07/03/2026 | Press release | Distributed by Public on 07/03/2026 08:18
La Federación Internacional de Periodistas (FIP), junto a la Federación Nacional de Trabajadores de los Medios de Comunicación Social de Chile (FENATRAMCO), destaca y celebra el trascendental fallo dictado por el Séptimo Tribunal de Garantía de Santiago. La condena contra los responsables del espionaje ilegal contra el periodista de investigación Mauricio Weibel Barahona sienta un precedente judicial categórico en el continente.
Mauricio Weibel - Foto: redes sociales
La sentencia dictada contra el exdirector de la Dirección de Inteligencia del Ejército (DINE), general retirado Shafik Nazal, y el exministro de la Corte de Apelaciones de Copiapó, Juan Antonio Poblete -condenados a 5 años de libertad vigilada e inhabilitación absoluta y perpetua para ejercer derechos políticos- por espionaje al periodista Mauricio Weibel Barahona constituye un acto de justicia histórico. El comunicador fue objeto de un montaje fraudulento en el que se llegó a suplantar su identidad con el objetivo de intervenir sus comunicaciones.
Este asedio institucional planificado se llevó a cabo desde 2017 con el objetivo de socavar su trabajo de investigación, tras haber destapado graves hechos de corrupción militar en la compra de armas. El caso conocido como "Milicogate", derivó en la derogación de la Ley 13.196 Reservada del Cobre que destinaba el 10% de las ventas de la empresa estatal Codelco al gasto militar .
Este caso visibiliza los niveles de desprotección, riesgo y vulnerabilidad laboral a los que se enfrentan lxs periodistas en Chile que se atreven a fiscalizar a los factores de poder. El derecho a informar debe comprender la garantía democrática fundamental de que investigar no significará convertirse en un blanco de persecución. El periodismo de investigación es una herramienta indispensable de transparencia y salud democrática.

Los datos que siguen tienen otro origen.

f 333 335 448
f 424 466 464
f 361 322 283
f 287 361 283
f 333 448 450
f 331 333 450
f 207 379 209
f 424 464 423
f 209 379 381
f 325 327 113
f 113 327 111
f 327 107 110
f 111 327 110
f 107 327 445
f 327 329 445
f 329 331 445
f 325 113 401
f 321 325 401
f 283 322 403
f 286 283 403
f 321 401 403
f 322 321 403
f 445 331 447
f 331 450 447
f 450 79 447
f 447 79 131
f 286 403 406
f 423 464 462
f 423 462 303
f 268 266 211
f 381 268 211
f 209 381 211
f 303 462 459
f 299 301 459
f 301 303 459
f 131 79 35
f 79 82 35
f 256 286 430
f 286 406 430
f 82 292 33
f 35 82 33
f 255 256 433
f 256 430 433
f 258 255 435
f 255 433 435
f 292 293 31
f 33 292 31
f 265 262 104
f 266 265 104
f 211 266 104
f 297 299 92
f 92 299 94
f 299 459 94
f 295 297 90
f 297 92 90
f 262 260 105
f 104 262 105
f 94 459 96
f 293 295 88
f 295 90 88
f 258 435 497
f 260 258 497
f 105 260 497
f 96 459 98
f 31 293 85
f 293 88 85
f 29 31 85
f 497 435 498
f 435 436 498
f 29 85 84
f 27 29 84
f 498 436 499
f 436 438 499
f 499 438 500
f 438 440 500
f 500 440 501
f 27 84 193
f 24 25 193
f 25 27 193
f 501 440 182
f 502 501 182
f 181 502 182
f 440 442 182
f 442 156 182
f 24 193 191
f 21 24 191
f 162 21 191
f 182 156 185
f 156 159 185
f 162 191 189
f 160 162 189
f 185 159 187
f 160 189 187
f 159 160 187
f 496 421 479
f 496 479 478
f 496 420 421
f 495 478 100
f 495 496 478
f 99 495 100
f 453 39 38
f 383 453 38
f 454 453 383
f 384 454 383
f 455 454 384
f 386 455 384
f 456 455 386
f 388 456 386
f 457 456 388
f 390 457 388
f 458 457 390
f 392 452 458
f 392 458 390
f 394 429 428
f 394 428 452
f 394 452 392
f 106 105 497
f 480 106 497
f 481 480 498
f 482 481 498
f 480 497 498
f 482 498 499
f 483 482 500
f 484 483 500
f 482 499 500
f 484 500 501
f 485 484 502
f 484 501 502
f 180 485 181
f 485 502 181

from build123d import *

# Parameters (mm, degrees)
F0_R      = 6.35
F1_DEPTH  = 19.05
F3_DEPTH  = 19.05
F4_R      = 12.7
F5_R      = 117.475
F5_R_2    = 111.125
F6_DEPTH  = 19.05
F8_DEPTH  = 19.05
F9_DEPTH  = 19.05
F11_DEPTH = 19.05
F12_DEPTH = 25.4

La FIP se suma al llamado de FENATRAMCO e insta a las autoridades políticas y legislativas de Chile a avanzar decididamente en la implementación de estándares reales de protección para la prensa. No basta con celebrar este avance judicial en los tribunales; el Estado chileno debe asumir la responsabilidad de generar un marco normativo que garantice que las herramientas de inteligencia y seguridad pública nunca más sean desviadas como armas de coerción profesional o sindical.